In a very tail-heavy car, we cannot have both at once. If the pitch center is near the middle of the wheelbase, the bounce center will be ahead of the car. If the bounce center is behind the car, the pitch center will be well to the rear of the wheelbase midpoint.
A pitch center near the rear axle will result in the front of the car rising a lot under power and dropping a lot in braking. This is a problem if we have a splitter, valance, or front wing that needs to be kept a controlled distance from the ground. On an off-road car, it may be okay, but the front suspension has to have lots of travel. Unless the rear tires are much larger than the fronts, a large
front anti-roll bar and/or a high front roll center will be needed to curb oversteer. Of course, on rear-engined buggies, the rear tires often are much larger than the fronts.

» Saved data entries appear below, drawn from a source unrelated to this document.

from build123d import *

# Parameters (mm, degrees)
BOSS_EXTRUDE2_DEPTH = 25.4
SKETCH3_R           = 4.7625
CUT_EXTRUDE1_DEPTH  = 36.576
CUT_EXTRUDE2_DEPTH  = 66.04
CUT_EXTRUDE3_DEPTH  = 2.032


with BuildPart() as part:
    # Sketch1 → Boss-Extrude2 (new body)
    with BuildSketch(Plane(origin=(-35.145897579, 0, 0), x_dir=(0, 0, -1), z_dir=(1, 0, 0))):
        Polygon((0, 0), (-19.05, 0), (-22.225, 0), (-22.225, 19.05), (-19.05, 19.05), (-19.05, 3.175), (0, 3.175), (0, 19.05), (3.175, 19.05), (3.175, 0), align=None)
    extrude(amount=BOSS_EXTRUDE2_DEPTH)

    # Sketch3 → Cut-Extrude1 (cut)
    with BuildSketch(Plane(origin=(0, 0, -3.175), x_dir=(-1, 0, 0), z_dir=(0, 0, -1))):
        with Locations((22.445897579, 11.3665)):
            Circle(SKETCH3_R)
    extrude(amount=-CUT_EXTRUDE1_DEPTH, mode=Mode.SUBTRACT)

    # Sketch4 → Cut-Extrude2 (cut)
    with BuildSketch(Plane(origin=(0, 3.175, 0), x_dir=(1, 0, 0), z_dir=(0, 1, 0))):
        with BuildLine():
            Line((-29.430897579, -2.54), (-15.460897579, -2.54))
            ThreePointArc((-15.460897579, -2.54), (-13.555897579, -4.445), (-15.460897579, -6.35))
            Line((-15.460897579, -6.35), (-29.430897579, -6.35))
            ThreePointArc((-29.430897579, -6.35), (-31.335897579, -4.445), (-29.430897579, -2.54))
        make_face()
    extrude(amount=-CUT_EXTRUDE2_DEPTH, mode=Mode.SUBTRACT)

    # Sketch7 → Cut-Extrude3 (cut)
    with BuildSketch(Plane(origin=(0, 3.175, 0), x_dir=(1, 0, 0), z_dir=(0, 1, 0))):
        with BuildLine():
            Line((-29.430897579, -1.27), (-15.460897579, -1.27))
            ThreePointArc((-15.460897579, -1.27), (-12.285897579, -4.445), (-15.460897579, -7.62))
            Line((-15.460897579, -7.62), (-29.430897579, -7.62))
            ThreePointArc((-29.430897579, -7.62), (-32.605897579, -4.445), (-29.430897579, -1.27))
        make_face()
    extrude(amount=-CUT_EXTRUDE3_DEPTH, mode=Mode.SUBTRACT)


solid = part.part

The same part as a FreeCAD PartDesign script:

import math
import FreeCAD as App
import Part
import Sketcher

V = App.Vector
Q = App.Units.Quantity


def add_polygon(sketch, points):
    """Adds a closed chain of lines whose ends are joined by coincident constraints."""
    first, n = sketch.GeometryCount, len(points)
    for a, b in zip(points, points[1:] + points[:1]):
        sketch.addGeometry(Part.LineSegment(App.Vector(*a, 0), App.Vector(*b, 0)), False)
    for i in range(n):
        sketch.addConstraint(Sketcher.Constraint("Coincident", first + i, 2, first + (i + 1) % n, 1))

doc = App.newDocument("Part")
body = doc.addObject("PartDesign::Body", "Body")

# Sketch on YZ plane
sketch1 = doc.addObject("Sketcher::SketchObject", "Sketch")
body.addObject(sketch1)
sketch1.AttachmentSupport = (doc.YZ_Plane, [""])
sketch1.MapMode = "FlatFace"
sketch1.AttachmentOffset = App.Placement(V(0, 0, -35.145898), App.Rotation())
add_polygon(sketch1, [(0, 22.2), (0, -3.2), (19.1, -3.2), (19.1, 0), (3.2, 0), (3.2, 19.1), (19.1, 19.1), (19.1, 22.2)])  # lines 0-7
sketch1.addConstraint([
    Sketcher.Constraint("Vertical", 0),
    Sketcher.Constraint("Horizontal", 1),
    Sketcher.Constraint("Vertical", 2),
    Sketcher.Constraint("Horizontal", 3),
    Sketcher.Constraint("Vertical", 4),
    Sketcher.Constraint("Horizontal", 5),
    Sketcher.Constraint("Vertical", 6),
    Sketcher.Constraint("Horizontal", 7),
    Sketcher.Constraint("PointOnObject", 0, 2, -2),
    Sketcher.Constraint("PointOnObject", 2, 2, -1),
    Sketcher.Constraint("Vertical", 2, 2, 5, 2),
    Sketcher.Constraint("Equal", 7, 4),
    Sketcher.Constraint("Equal", 2, 6),
    Sketcher.Constraint("DistanceY", 0, 2, 0, 1, Q("1 in")),
    Sketcher.Constraint("DistanceX", 1, 1, 1, 2, Q("0.75 in")),
    Sketcher.Constraint("DistanceX", 3, 2, 3, 1, Q("0.625 in")),
])
pad1 = doc.addObject("PartDesign::Pad", "Pad")
body.addObject(pad1)
pad1.Profile = sketch1
pad1.Length = Q("1 in")

# Sketch on XY plane
sketch2 = doc.addObject("Sketcher::SketchObject", "Sketch001")
body.addObject(sketch2)
sketch2.AttachmentSupport = (doc.XY_Plane, [""])
sketch2.MapMode = "FlatFace"
sketch2.AttachmentOffset = App.Placement(V(0, 0, -0.125 * 25.4), App.Rotation())
sketch2.addGeometry(Part.Circle(V(-22.4, 11.4, 0), V(0, 0, 1), 4.8), False)
sketch2.addConstraint([
    Sketcher.Constraint("Diameter", 0, Q("0.375 in")),
    Sketcher.Constraint("DistanceY", -1, 1, 0, 3, Q("0.4475 in")),
    Sketcher.Constraint("DistanceX", 0, 3, -1, 1, 22.445898),
])
pocket1 = doc.addObject("PartDesign::Pocket", "Pocket")
body.addObject(pocket1)
pocket1.Profile = sketch2
pocket1.Length = Q("1.44 in")
pocket1.Reversed = True

# Sketch on XZ plane
sketch3 = doc.addObject("Sketcher::SketchObject", "Sketch002")
body.addObject(sketch3)
sketch3.AttachmentSupport = (doc.XZ_Plane, [""])
sketch3.MapMode = "FlatFace"
sketch3.AttachmentOffset = App.Placement(V(0, 0, -0.125 * 25.4), App.Rotation())
sketch3.addGeometry([
    Part.LineSegment(V(-15.5, 2.5, 0), V(-29.4, 2.5, 0)),
    Part.ArcOfCircle(Part.Circle(V(-29.4, 4.4, 0), V(0, 0, 1), 1.9), math.radians(90), math.radians(270)),
    Part.LineSegment(V(-29.4, 6.3, 0), V(-15.5, 6.3, 0)),
    Part.ArcOfCircle(Part.Circle(V(-15.5, 4.4, 0), V(0, 0, 1), 1.9), math.radians(-90), math.radians(90)),
], False)
sketch3.addConstraint([
    Sketcher.Constraint("Tangent", 0, 2, 1, 2),
    Sketcher.Constraint("Tangent", 1, 1, 2, 1),
    Sketcher.Constraint("Tangent", 2, 2, 3, 2),
    Sketcher.Constraint("Tangent", 3, 1, 0, 1),
    Sketcher.Constraint("Horizontal", 0),
    Sketcher.Constraint("Horizontal", 2),
    Sketcher.Constraint("Radius", 1, Q("0.075 in")),
    Sketcher.Constraint("DistanceX", 0, 2, 0, 1, Q("0.55 in")),
    Sketcher.Constraint("DistanceY", -1, 1, 0, 2, Q("0.1 in")),
    Sketcher.Constraint("DistanceX", 1, 3, -1, 1, 29.430898),
])
pocket2 = doc.addObject("PartDesign::Pocket", "Pocket001")
body.addObject(pocket2)
pocket2.Profile = sketch3
pocket2.Length = Q("2.6 in")
pocket2.Reversed = True

# Sketch on XZ plane
sketch4 = doc.addObject("Sketcher::SketchObject", "Sketch003")
body.addObject(sketch4)
sketch4.AttachmentSupport = (doc.XZ_Plane, [""])
sketch4.MapMode = "FlatFace"
sketch4.AttachmentOffset = App.Placement(V(0, 0, -0.125 * 25.4), App.Rotation())
sketch4.addGeometry([
    Part.LineSegment(V(-15.5, 1.3, 0), V(-29.4, 1.3, 0)),
    Part.ArcOfCircle(Part.Circle(V(-29.4, 4.4, 0), V(0, 0, 1), 3.2), math.radians(90), math.radians(270)),
    Part.LineSegment(V(-29.4, 7.6, 0), V(-15.5, 7.6, 0)),
    Part.ArcOfCircle(Part.Circle(V(-15.5, 4.4, 0), V(0, 0, 1), 3.2), math.radians(-90), math.radians(90)),
], False)
sketch4.addConstraint([
    Sketcher.Constraint("Tangent", 0, 2, 1, 2),
    Sketcher.Constraint("Tangent", 1, 1, 2, 1),
    Sketcher.Constraint("Tangent", 2, 2, 3, 2),
    Sketcher.Constraint("Tangent", 3, 1, 0, 1),
    Sketcher.Constraint("Horizontal", 0),
    Sketcher.Constraint("Horizontal", 2),
    Sketcher.Constraint("Radius", 1, Q("0.125 in")),
    Sketcher.Constraint("DistanceX", 0, 2, 0, 1, Q("0.55 in")),
    Sketcher.Constraint("DistanceY", -1, 1, 1, 1, Q("0.3 in")),
    Sketcher.Constraint("DistanceX", 1, 3, -1, 1, 29.430898),
])
pocket3 = doc.addObject("PartDesign::Pocket", "Pocket002")
body.addObject(pocket3)
pocket3.Profile = sketch4
pocket3.Length = Q("0.08 in")
pocket3.Reversed = True

doc.recompute()
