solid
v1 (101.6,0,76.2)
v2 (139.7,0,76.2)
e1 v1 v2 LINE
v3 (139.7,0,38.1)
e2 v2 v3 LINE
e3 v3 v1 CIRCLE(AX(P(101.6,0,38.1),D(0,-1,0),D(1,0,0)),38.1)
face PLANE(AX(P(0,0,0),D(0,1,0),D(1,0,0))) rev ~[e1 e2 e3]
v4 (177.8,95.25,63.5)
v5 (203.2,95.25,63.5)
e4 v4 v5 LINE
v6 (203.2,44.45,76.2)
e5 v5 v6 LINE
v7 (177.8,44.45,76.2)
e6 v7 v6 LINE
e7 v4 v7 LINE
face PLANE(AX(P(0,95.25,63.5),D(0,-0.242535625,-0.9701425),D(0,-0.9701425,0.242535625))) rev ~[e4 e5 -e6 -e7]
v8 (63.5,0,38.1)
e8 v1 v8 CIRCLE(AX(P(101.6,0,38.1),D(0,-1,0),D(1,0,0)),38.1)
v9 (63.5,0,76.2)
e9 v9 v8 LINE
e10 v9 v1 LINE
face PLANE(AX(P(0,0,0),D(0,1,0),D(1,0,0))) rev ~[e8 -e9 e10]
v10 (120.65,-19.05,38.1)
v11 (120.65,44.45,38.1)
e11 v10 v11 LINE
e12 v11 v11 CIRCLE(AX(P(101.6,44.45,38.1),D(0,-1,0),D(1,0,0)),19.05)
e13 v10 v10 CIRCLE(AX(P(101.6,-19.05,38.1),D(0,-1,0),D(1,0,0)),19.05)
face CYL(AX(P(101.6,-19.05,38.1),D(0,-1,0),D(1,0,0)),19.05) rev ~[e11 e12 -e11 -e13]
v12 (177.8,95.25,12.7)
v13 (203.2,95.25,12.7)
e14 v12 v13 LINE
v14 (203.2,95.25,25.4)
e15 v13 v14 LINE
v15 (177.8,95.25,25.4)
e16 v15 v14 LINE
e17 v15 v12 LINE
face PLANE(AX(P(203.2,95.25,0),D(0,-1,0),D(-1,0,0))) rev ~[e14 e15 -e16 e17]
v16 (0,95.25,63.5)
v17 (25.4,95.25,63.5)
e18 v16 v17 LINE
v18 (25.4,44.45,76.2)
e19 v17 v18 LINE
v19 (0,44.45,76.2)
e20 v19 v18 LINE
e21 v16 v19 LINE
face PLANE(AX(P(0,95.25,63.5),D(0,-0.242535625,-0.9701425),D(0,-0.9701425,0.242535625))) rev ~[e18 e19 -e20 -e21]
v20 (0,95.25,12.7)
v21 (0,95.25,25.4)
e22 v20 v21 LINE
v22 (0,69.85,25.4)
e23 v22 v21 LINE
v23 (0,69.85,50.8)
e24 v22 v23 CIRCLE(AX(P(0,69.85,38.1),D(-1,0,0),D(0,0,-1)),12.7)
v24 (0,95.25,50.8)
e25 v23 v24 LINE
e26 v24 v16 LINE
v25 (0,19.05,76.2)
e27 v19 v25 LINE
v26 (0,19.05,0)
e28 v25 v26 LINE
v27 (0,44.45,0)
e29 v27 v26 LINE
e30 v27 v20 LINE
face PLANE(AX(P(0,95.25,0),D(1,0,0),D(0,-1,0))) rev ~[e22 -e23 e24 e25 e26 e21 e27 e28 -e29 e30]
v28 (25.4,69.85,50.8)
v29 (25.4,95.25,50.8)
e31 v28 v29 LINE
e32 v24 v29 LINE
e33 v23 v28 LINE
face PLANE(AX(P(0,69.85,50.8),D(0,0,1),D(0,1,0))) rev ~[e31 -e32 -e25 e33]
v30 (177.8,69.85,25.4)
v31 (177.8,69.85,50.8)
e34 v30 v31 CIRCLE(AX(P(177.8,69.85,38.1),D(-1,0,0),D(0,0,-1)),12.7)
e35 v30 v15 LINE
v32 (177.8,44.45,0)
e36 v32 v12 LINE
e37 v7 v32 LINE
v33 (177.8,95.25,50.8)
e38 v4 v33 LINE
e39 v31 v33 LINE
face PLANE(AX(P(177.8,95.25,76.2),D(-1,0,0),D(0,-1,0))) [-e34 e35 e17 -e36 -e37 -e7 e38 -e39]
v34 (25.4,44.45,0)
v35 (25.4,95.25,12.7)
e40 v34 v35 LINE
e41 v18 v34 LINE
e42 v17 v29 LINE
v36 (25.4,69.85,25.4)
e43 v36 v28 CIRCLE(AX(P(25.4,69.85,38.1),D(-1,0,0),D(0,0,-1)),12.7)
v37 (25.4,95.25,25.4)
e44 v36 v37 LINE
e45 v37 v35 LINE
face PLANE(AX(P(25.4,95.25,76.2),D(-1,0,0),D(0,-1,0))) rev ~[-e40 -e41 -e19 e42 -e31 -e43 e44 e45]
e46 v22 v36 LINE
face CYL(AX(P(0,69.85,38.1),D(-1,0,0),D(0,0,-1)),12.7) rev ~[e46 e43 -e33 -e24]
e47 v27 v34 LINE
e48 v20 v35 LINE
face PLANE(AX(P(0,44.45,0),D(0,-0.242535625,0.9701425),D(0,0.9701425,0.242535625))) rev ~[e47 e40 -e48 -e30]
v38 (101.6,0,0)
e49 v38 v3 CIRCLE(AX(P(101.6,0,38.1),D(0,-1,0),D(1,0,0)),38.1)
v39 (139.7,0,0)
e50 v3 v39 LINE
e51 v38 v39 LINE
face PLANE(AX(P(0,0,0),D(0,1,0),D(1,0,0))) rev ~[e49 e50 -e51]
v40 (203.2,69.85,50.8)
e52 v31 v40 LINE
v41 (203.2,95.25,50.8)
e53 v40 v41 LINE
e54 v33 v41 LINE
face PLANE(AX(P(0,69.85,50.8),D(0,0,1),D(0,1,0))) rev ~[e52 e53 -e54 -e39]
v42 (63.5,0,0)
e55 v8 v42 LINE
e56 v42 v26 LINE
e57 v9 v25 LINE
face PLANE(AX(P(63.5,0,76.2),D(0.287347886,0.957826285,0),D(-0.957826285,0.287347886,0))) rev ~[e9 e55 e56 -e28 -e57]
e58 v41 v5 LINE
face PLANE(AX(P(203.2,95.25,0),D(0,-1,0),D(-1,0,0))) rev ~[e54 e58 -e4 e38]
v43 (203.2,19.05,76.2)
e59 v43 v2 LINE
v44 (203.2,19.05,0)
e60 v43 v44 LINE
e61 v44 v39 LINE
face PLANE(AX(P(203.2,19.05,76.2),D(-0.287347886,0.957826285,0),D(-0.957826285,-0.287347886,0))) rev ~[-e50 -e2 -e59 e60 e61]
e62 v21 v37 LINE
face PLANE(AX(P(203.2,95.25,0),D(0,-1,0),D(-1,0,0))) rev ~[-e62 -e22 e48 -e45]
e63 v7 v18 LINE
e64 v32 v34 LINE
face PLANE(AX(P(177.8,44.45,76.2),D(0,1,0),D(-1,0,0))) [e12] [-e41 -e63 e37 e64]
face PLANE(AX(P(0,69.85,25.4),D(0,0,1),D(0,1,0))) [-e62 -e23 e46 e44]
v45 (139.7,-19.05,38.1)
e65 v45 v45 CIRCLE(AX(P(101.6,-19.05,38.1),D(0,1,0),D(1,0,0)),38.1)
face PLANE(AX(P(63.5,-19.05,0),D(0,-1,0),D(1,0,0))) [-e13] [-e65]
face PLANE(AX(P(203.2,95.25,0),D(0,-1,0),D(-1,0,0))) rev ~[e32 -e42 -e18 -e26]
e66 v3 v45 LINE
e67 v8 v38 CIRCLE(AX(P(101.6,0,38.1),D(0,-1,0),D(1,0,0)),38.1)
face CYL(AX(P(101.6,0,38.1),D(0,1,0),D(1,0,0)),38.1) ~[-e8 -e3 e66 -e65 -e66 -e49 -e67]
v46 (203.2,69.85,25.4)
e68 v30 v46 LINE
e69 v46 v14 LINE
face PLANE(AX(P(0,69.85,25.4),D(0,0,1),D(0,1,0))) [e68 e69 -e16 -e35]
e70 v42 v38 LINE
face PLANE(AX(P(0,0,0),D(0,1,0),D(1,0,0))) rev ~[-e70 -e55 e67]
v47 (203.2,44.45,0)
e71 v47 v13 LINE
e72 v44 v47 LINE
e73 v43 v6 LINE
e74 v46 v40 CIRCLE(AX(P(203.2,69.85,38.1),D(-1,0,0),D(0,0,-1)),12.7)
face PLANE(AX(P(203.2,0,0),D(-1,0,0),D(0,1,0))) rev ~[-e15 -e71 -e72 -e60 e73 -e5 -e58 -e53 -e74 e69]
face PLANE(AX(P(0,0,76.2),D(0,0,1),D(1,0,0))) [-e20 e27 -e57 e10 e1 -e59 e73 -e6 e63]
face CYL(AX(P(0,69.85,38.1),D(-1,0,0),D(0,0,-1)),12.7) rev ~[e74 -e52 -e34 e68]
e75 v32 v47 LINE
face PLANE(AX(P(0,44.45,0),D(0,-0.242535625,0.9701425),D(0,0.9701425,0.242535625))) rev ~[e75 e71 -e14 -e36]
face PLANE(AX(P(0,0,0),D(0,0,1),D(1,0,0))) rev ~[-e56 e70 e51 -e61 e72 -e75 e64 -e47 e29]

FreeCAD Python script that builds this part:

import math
import FreeCAD as App
import Part
import Sketcher
Q = App.Units.Quantity

doc = App.newDocument("Part")
body = doc.addObject("PartDesign::Body", "Body")

# Sketch on XY plane
sketch1 = body.newObject("Sketcher::SketchObject", "Sketch")
sketch1.AttachmentSupport = (doc.getObject("XY_Plane"), [""])
sketch1.MapMode = "FlatFace"
sketch1.addGeometry(Part.LineSegment(App.Vector(0, 95.25, 0), App.Vector(0, 0, 0)), False)
sketch1.addGeometry(Part.LineSegment(App.Vector(0, 0, 0), App.Vector(203.2, 0, 0)), False)
sketch1.addGeometry(Part.LineSegment(App.Vector(203.2, 0, 0), App.Vector(203.2, 95.25, 0)), False)
sketch1.addGeometry(Part.LineSegment(App.Vector(203.2, 95.25, 0), App.Vector(0, 95.25, 0)), False)
sketch1.addConstraint(Sketcher.Constraint("Coincident", 0, 2, 1, 1))
sketch1.addConstraint(Sketcher.Constraint("Coincident", 1, 2, 2, 1))
sketch1.addConstraint(Sketcher.Constraint("Coincident", 2, 2, 3, 1))
sketch1.addConstraint(Sketcher.Constraint("Coincident", 3, 2, 0, 1))
sketch1.addConstraint(Sketcher.Constraint("Vertical", 0))
sketch1.addConstraint(Sketcher.Constraint("Horizontal", 1))
sketch1.addConstraint(Sketcher.Constraint("Vertical", 2))
sketch1.addConstraint(Sketcher.Constraint("Horizontal", 3))
sketch1.addConstraint(Sketcher.Constraint("Coincident", 0, 2, -1, 1))
sketch1.addConstraint(Sketcher.Constraint("DistanceX", 1, 1, 1, 2, Q("8 in")))
sketch1.addConstraint(Sketcher.Constraint("DistanceY", 0, 2, 0, 1, Q("3.75 in")))
pad1 = body.newObject("PartDesign::Pad", "Pad")
pad1.Profile = sketch1
pad1.Length = Q("3 in")

# Sketch on XY plane
sketch2 = body.newObject("Sketcher::SketchObject", "Sketch001")
sketch2.AttachmentSupport = (doc.getObject("XY_Plane"), [""])
sketch2.MapMode = "FlatFace"
sketch2.AttachmentOffset = App.Placement(App.Vector(0, 0, 3 * 25.4), App.Rotation())
sketch2.addGeometry(Part.LineSegment(App.Vector(63.5, 0, 0), App.Vector(0, 19.05, 0)), False)
sketch2.addGeometry(Part.LineSegment(App.Vector(0, 19.05, 0), App.Vector(0, 0, 0)), False)
sketch2.addGeometry(Part.LineSegment(App.Vector(0, 0, 0), App.Vector(63.5, 0, 0)), False)
sketch2.addGeometry(Part.LineSegment(App.Vector(203.2, 19.05, 0), App.Vector(139.7, 0, 0)), False)
sketch2.addGeometry(Part.LineSegment(App.Vector(139.7, 0, 0), App.Vector(203.2, 0, 0)), False)
sketch2.addGeometry(Part.LineSegment(App.Vector(203.2, 0, 0), App.Vector(203.2, 19.05, 0)), False)
sketch2.addConstraint(Sketcher.Constraint("Coincident", 0, 2, 1, 1))
sketch2.addConstraint(Sketcher.Constraint("Coincident", 1, 2, 2, 1))
sketch2.addConstraint(Sketcher.Constraint("Coincident", 2, 2, 0, 1))
sketch2.addConstraint(Sketcher.Constraint("Coincident", 3, 2, 4, 1))
sketch2.addConstraint(Sketcher.Constraint("Coincident", 4, 2, 5, 1))
sketch2.addConstraint(Sketcher.Constraint("Coincident", 5, 2, 3, 1))
sketch2.addConstraint(Sketcher.Constraint("Vertical", 1))
sketch2.addConstraint(Sketcher.Constraint("Horizontal", 2))
sketch2.addConstraint(Sketcher.Constraint("Horizontal", 4))
sketch2.addConstraint(Sketcher.Constraint("Vertical", 5))
sketch2.addConstraint(Sketcher.Constraint("Coincident", 1, 2, -1, 1))
sketch2.addConstraint(Sketcher.Constraint("PointOnObject", 3, 2, -1))
sketch2.addConstraint(Sketcher.Constraint("Horizontal", 0, 2, 5, 2))
sketch2.addConstraint(Sketcher.Constraint("Equal", 2, 4))
sketch2.addConstraint(Sketcher.Constraint("DistanceX", 2, 2, 3, 2, Q("3 in")))
sketch2.addConstraint(Sketcher.Constraint("DistanceX", 2, 1, 2, 2, Q("2.5 in")))
sketch2.addConstraint(Sketcher.Constraint("DistanceY", 1, 2, 1, 1, Q("0.75 in")))
pocket1 = body.newObject("PartDesign::Pocket", "Pocket")
pocket1.Profile = sketch2
pocket1.Length = Q("3 in")

# Sketch on XY plane
sketch3 = body.newObject("Sketcher::SketchObject", "Sketch002")
sketch3.AttachmentSupport = (doc.getObject("XY_Plane"), [""])
sketch3.MapMode = "FlatFace"
sketch3.AttachmentOffset = App.Placement(App.Vector(0, 0, 3 * 25.4), App.Rotation())
sketch3.addGeometry(Part.LineSegment(App.Vector(177.8, 44.45, 0), App.Vector(177.8, 95.25, 0)), False)
sketch3.addGeometry(Part.LineSegment(App.Vector(177.8, 95.25, 0), App.Vector(25.4, 95.25, 0)), False)
sketch3.addGeometry(Part.LineSegment(App.Vector(25.4, 95.25, 0), App.Vector(25.4, 44.45, 0)), False)
sketch3.addGeometry(Part.LineSegment(App.Vector(25.4, 44.45, 0), App.Vector(177.8, 44.45, 0)), False)
sketch3.addConstraint(Sketcher.Constraint("Coincident", 0, 2, 1, 1))
sketch3.addConstraint(Sketcher.Constraint("Coincident", 1, 2, 2, 1))
sketch3.addConstraint(Sketcher.Constraint("Coincident", 2, 2, 3, 1))
sketch3.addConstraint(Sketcher.Constraint("Coincident", 3, 2, 0, 1))
sketch3.addConstraint(Sketcher.Constraint("Vertical", 0))
sketch3.addConstraint(Sketcher.Constraint("Horizontal", 1))
sketch3.addConstraint(Sketcher.Constraint("Vertical", 2))
sketch3.addConstraint(Sketcher.Constraint("Horizontal", 3))
sketch3.addConstraint(Sketcher.Constraint("DistanceX", -1, 1, 1, 2, Q("1 in")))
sketch3.addConstraint(Sketcher.Constraint("DistanceX", 1, 2, 1, 1, Q("6 in")))
sketch3.addConstraint(Sketcher.Constraint("DistanceY", 0, 1, 0, 2, Q("2 in")))
sketch3.addConstraint(Sketcher.Constraint("DistanceY", -1, 1, 0, 2, Q("3.75 in")))
pocket2 = body.newObject("PartDesign::Pocket", "Pocket001")
pocket2.Profile = sketch3
pocket2.Length = Q("3 in")

# Sketch on YZ plane
sketch4 = body.newObject("Sketcher::SketchObject", "Sketch003")
sketch4.AttachmentSupport = (doc.getObject("YZ_Plane"), [""])
sketch4.MapMode = "FlatFace"
sketch4.addGeometry(Part.LineSegment(App.Vector(44.45, 76.2, 0), App.Vector(95.25, 76.2, 0)), False)
sketch4.addGeometry(Part.LineSegment(App.Vector(95.25, 76.2, 0), App.Vector(95.25, 63.5, 0)), False)
sketch4.addGeometry(Part.LineSegment(App.Vector(95.25, 63.5, 0), App.Vector(44.45, 76.2, 0)), False)
sketch4.addGeometry(Part.LineSegment(App.Vector(95.25, 12.7, 0), App.Vector(95.25, 0, 0)), False)
sketch4.addGeometry(Part.LineSegment(App.Vector(95.25, 0, 0), App.Vector(44.45, 0, 0)), False)
sketch4.addGeometry(Part.LineSegment(App.Vector(44.45, 0, 0), App.Vector(95.25, 12.7, 0)), False)
sketch4.addConstraint(Sketcher.Constraint("Coincident", 0, 2, 1, 1))
sketch4.addConstraint(Sketcher.Constraint("Coincident", 1, 2, 2, 1))
sketch4.addConstraint(Sketcher.Constraint("Coincident", 2, 2, 0, 1))
sketch4.addConstraint(Sketcher.Constraint("Coincident", 3, 2, 4, 1))
sketch4.addConstraint(Sketcher.Constraint("Coincident", 4, 2, 5, 1))
sketch4.addConstraint(Sketcher.Constraint("Coincident", 5, 2, 3, 1))
sketch4.addConstraint(Sketcher.Constraint("Horizontal", 0))
sketch4.addConstraint(Sketcher.Constraint("Vertical", 1))
sketch4.addConstraint(Sketcher.Constraint("Vertical", 3))
sketch4.addConstraint(Sketcher.Constraint("Horizontal", 4))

By far the more common approach with a tail-heavy car is to have the front static deflection a good deal smaller than the rear; the front end is stiffer than the rear, relative to the weight it carries. The bounce center is then ahead of the car. This works decently, provided the bounce center isn’t too far ahead of the car. As a rule of thumb, we want it one to two wheelbase lengths ahead of the front axle line. That is, we want the front static deflection around ½ to 2/3 of the rear.
In other words, we need a front static deflection that is either moderately greater than the rear or considerably smaller. If the front static deflection is similar to the rear or just slightly smaller, we get a lot of rear suspension movement on the second oscillation following a large, short disturbance such as a speed bump or raised railroad crossing.
If the suspension is fairly heavily damped with respect to its springing, i.e. if it has a fairly high damping ratio, there won’t be much of a second oscillation, and all this won’t matter very much.
The questioner mentions the role of tires. Certainly when the tires are very compliant, they become a significant part of the overall springing. In off-road vehicles, this is the case, although the rest of the suspension is soft too. The tires need to be big and compliant to provide ample traction and flotation. Unfortunately, it’s hard to damp a tire. The shock can’t act on the tire sidewalls. They have some damping internally, but not enough. The only way to damp oscillation on the tires is by inertia damping. That’s why inertia damping was hot in F1 for a while, until it was banned. (I understand some teams are still incorporating inertial elements in the suspension, but that’s not really equivalent.) The tires are a large part of the springing on those cars, not because the tires are highly compliant but because the rest of the system is very stiff.
Lightly sprung and damped passenger cars do quite often use inertia damping. The engine/transmission assembly has soft rubber mounts, and these and the front suspension are deliberately tuned to have natural frequencies that create interference rather than reinforcement. It would be quite possible to apply the same principle at the rear of a buggy.
This would involve knowing the spring rate of the tires, and a representative rate for the rubber motor mounts, which are quite nonlinear. A given set of mounts would only be right for a particular range of wheel rate and tire spring rate combinations. Still, if done right, this could offer some advantage.
Returning to the original question, I would not shy away from using A-arm front suspension, but I would be careful, when taking advantage of the longer arms to use more travel and softer front
springing, to not get the front static deflection or natural frequency in the range that creates an unfavorable relationship with the rear.